Ohlsson is a brilliant musician, and in both his musical delivery and technique the complete antithesis of flashy. He has great resource of power which is never used to excess but results in a fullness of tone in every dynamic level. In our current time, where more flash is consumed than ever before, his ability and approach, and musical integrity do not draw the audience who are more readily lured in by overt displays.

This musician serves music, the composer and the score.

I have not heard him playing Prokofiev, but imagine it has the same equal measure of both unbridled passion coupled with severe musical intelligence as found in his complete recordings of all of Chopin's piano music. This pianist knows the score, and if with orchestra, knows the full score.

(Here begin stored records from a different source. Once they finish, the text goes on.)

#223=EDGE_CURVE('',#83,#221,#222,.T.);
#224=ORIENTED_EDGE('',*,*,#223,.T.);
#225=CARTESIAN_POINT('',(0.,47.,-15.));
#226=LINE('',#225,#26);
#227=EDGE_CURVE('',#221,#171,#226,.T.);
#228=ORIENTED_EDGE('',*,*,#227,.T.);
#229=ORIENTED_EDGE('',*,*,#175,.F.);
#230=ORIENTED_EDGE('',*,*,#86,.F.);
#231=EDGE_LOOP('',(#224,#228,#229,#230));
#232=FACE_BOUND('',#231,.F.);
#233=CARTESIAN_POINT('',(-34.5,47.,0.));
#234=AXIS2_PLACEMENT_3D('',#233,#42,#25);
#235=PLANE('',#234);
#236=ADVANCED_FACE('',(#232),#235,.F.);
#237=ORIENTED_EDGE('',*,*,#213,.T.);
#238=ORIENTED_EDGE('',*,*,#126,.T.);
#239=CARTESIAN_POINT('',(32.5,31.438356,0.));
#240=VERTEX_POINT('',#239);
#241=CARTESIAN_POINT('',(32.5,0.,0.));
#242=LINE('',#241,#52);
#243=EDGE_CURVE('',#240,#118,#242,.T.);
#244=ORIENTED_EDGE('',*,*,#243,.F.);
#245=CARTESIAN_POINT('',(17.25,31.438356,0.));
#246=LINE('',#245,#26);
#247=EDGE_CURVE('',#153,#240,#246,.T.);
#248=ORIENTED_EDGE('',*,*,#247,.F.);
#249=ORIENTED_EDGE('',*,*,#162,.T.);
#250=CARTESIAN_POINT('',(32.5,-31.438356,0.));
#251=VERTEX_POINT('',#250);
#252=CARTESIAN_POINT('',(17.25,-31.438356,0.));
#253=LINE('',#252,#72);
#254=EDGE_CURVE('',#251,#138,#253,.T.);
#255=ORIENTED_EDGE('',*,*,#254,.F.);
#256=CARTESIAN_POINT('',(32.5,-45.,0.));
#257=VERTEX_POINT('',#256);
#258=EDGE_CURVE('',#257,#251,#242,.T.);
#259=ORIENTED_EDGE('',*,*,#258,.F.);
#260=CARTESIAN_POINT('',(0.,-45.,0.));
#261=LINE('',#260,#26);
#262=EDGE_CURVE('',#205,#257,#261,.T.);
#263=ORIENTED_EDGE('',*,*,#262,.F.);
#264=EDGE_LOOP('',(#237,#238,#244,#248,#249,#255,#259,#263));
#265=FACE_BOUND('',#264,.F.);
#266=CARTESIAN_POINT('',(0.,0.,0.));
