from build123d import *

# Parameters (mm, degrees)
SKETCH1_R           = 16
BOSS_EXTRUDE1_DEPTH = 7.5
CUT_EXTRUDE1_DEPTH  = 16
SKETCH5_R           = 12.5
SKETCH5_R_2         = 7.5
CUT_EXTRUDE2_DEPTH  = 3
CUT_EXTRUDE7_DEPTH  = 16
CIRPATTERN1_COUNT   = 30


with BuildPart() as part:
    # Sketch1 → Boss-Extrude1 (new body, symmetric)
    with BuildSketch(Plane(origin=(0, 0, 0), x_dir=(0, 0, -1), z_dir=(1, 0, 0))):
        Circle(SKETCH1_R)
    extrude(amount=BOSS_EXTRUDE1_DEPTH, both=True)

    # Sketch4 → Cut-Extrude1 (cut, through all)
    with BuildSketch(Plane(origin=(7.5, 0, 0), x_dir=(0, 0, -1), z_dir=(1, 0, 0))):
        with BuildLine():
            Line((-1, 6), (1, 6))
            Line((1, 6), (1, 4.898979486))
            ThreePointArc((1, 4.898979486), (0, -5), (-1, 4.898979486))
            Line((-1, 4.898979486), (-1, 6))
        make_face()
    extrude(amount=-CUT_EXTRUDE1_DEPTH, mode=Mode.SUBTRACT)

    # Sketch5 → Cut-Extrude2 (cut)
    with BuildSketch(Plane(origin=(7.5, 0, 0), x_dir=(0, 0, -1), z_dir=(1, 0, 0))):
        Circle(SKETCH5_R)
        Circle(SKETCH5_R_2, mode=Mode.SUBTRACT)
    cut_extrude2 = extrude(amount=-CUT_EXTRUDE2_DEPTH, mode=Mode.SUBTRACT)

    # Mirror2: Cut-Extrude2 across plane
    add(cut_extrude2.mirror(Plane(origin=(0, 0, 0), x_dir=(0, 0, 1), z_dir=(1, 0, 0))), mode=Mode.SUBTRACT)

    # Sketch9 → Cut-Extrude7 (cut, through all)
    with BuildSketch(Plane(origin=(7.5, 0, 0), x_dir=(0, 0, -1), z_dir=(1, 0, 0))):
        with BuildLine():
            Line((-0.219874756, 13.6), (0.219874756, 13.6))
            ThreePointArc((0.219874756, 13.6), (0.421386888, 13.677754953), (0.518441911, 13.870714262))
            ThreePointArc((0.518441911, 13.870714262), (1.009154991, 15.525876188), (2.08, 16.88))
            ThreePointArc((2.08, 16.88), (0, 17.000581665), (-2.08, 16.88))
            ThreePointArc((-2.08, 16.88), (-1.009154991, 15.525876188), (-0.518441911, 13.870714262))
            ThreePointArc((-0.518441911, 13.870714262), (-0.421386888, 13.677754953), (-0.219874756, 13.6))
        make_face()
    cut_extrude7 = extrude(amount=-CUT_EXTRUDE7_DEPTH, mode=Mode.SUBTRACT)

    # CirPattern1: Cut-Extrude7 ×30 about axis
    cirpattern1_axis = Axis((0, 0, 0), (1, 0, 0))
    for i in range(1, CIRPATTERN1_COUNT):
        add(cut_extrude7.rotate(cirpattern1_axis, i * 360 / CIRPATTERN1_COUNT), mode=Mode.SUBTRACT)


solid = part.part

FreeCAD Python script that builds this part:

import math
import FreeCAD as App
import Part
import Sketcher
from FreeCAD import Vector
Q = App.Units.Quantity

doc = App.newDocument("Part")
body = doc.addObject("PartDesign::Body", "Body")

# Sketch on YZ plane
sketch1 = body.newObject("Sketcher::SketchObject", "Sketch")
sketch1.AttachmentSupport = (doc.getObject("YZ_Plane"), [""])
sketch1.MapMode = "FlatFace"
sketch1.addGeometry(Part.Circle(Vector(0, 0, 0), Vector(0, 0, 1), 16), False)
sketch1.addConstraint([
    Sketcher.Constraint("Coincident", 0, 3, -1, 1),
    Sketcher.Constraint("Diameter", 0, Q("32 mm")),
])
pad1 = body.newObject("PartDesign::Pad", "Pad")
pad1.Profile = sketch1
pad1.Length = 15
pad1.Midplane = True

# Sketch on YZ plane
sketch2 = body.newObject("Sketcher::SketchObject", "Sketch001")
sketch2.AttachmentSupport = (doc.getObject("YZ_Plane"), [""])
sketch2.MapMode = "FlatFace"
sketch2.AttachmentOffset = App.Placement(Vector(0, 0, 7.5), App.Rotation())
sketch2.addGeometry([
    Part.LineSegment(Vector(6, -1, 0), Vector(6, 1, 0)),
    Part.LineSegment(Vector(6, 1, 0), Vector(4.9, 1, 0)),
    Part.ArcOfCircle(Part.Circle(Vector(0, 0, 0), Vector(0, 0, 1), 5), math.radians(12), math.radians(348)),
    Part.LineSegment(Vector(4.9, -1, 0), Vector(6, -1, 0)),
], False)
sketch2.addConstraint([
    Sketcher.Constraint("Coincident", 0, 2, 1, 1),
    Sketcher.Constraint("Coincident", 1, 2, 2, 1),
    Sketcher.Constraint("Coincident", 2, 2, 3, 1),
    Sketcher.Constraint("Coincident", 3, 2, 0, 1),
    Sketcher.Constraint("Vertical", 0),
    Sketcher.Constraint("Horizontal", 1),
    Sketcher.Constraint("Horizontal", 3),
    Sketcher.Constraint("Coincident", 2, 3, -1, 1),
    Sketcher.Constraint("Vertical", 1, 2, 2, 2),
    Sketcher.Constraint("Radius", 2, Q("5 mm")),
    Sketcher.Constraint("DistanceY", 0, 1, 0, 2, Q("2 mm")),
    Sketcher.Constraint("DistanceX", -1, 1, 0, 2, Q("6 mm")),
])
pocket1 = body.newObject("PartDesign::Pocket", "Pocket")
pocket1.Profile = sketch2
pocket1.Type = "ThroughAll"

# Sketch on YZ plane
sketch3 = body.newObject("Sketcher::SketchObject", "Sketch002")
sketch3.AttachmentSupport = (doc.getObject("YZ_Plane"), [""])
sketch3.MapMode = "FlatFace"
sketch3.AttachmentOffset = App.Placement(Vector(0, 0, 7.5), App.Rotation())
sketch3.addGeometry([
    Part.Circle(Vector(0, 0, 0), Vector(0, 0, 1), 12),
    Part.Circle(Vector(0, 0, 0), Vector(0, 0, 1), 8),
], False)
sketch3.addConstraint([
    Sketcher.Constraint("Coincident", 0, 3, -1, 1),
    Sketcher.Constraint("Coincident", 1, 3, -1, 1),
    Sketcher.Constraint("Diameter", 0, Q("25 mm")),
    Sketcher.Constraint("Diameter", 1, Q("15 mm")),
])
pocket2 = body.newObject("PartDesign::Pocket", "Pocket001")
pocket2.Profile = sketch3
pocket2.Length = 3
doc.recompute()

mirrored = body.newObject("PartDesign::Mirrored", "Mirrored")
mirrored.Originals = [pocket2]
mirrored.MirrorPlane = (doc.getObject("YZ_Plane"), [""])
body.Tip = mirrored

# Sketch on YZ plane
sketch4 = body.newObject("Sketcher::SketchObject", "Sketch003")
sketch4.AttachmentSupport = (doc.getObject("YZ_Plane"), [""])
sketch4.MapMode = "FlatFace"
sketch4.AttachmentOffset = App.Placement(Vector(0, 0, 7.5), App.Rotation())
sketch4.addGeometry([
    Part.LineSegment(Vector(13.6, 0.22, 0), Vector(13.6, -0.22, 0)),  # 0
    Part.ArcOfCircle(Part.Circle(Vector(13.9, -0.22, 0), Vector(0, 0, 1), 0.3), math.radians(180), math.radians(264)),  # 1
    Part.ArcOfCircle(Part.Circle(Vector(13.43, -5.06, 0), Vector(0, 0, 1), 4.56), math.radians(41), math.radians(84)),  # 2
    Part.ArcOfCircle(Part.Circle(Vector(-1, 0, 0), Vector(0, 0, 1), 18), math.radians(-6.64), math.radians(6.64)),  # 3
    Part.ArcOfCircle(Part.Circle(Vector(13.43, 5.06, 0), Vector(0, 0, 1), 4.56), math.radians(-84), math.radians(-41)),  # 4
    Part.ArcOfCircle(Part.Circle(Vector(13.9, 0.22, 0), Vector(0, 0, 1), 0.3), math.radians(96), math.radians(180)),  # 5
], False)
sketch4.addConstraint([
    Sketcher.Constraint("Tangent", 0, 2, 1, 1),
    Sketcher.Constraint("Tangent", 1, 2, 2, 2),
    Sketcher.Constraint("Coincident", 2, 1, 3, 1),
    Sketcher.Constraint("Coincident", 3, 2, 4, 2),
    Sketcher.Constraint("Tangent", 4, 1, 5, 1),
    Sketcher.Constraint("Tangent", 5, 2, 0, 1),
    Sketcher.Constraint("Vertical", 0),
    Sketcher.Constraint("Equal", 2, 4),
    Sketcher.Constraint("Equal", 1, 5),
    Sketcher.Constraint("Symmetric", 2, 3, 4, 3, -1),
    Sketcher.Constraint("PointOnObject", 3, 3, -1),
    Sketcher.Constraint("Radius", 3, Q("18 mm")),
    Sketcher.Constraint("Radius", 1, Q("0.3 mm")),
    Sketcher.Constraint("Radius", 2, Q("4.56 mm")),
    Sketcher.Constraint("DistanceX", -1, 1, 1, 3, Q("13.9 mm")),
    Sketcher.Constraint("DistanceX", -1, 1, 2, 1, Q("16.88 mm")),
    Sketcher.Constraint("DistanceY", 2, 1, -1, 1, Q("2.08 mm")),
    Sketcher.Constraint("DistanceY", 0, 2, 0, 1, Q("0.43975 mm")),
])
pocket3 = body.newObject("PartDesign::Pocket", "Pocket002")
pocket3.Profile = sketch4
pocket3.Type = "ThroughAll"
doc.recompute()

polarpattern = body.newObject("PartDesign::PolarPattern", "PolarPattern")
polarpattern.Originals = [pocket3]
polarpattern.Axis = (doc.getObject("X_Axis"), [""])
polarpattern.Angle = 360
polarpattern.Occurrences = 30
body.Tip = polarpattern

doc.recompute()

He is a musician who also never takes things at what feels a rushed speed, too often the case with more brilliant keyboard works. The conductor Sergiu Celibidache is well-known for taking slower tempi and by the proper articulation and placement, making those interpretations have a feeling of more forward momentum that many a faster rendering. Ohlsson also has the same canny ability.

At the risk of perhaps reducing your current opinion re: Serkin _fils_, you might want to check out the earlier and quite brilliant recording of the Prokofiev 1st and 3rd with Gary Graffman, the Cleveland Orchestra, George Szell conducting. These performances, too, have that slightly lesser tempo with a feeling yet of greater forward momentum.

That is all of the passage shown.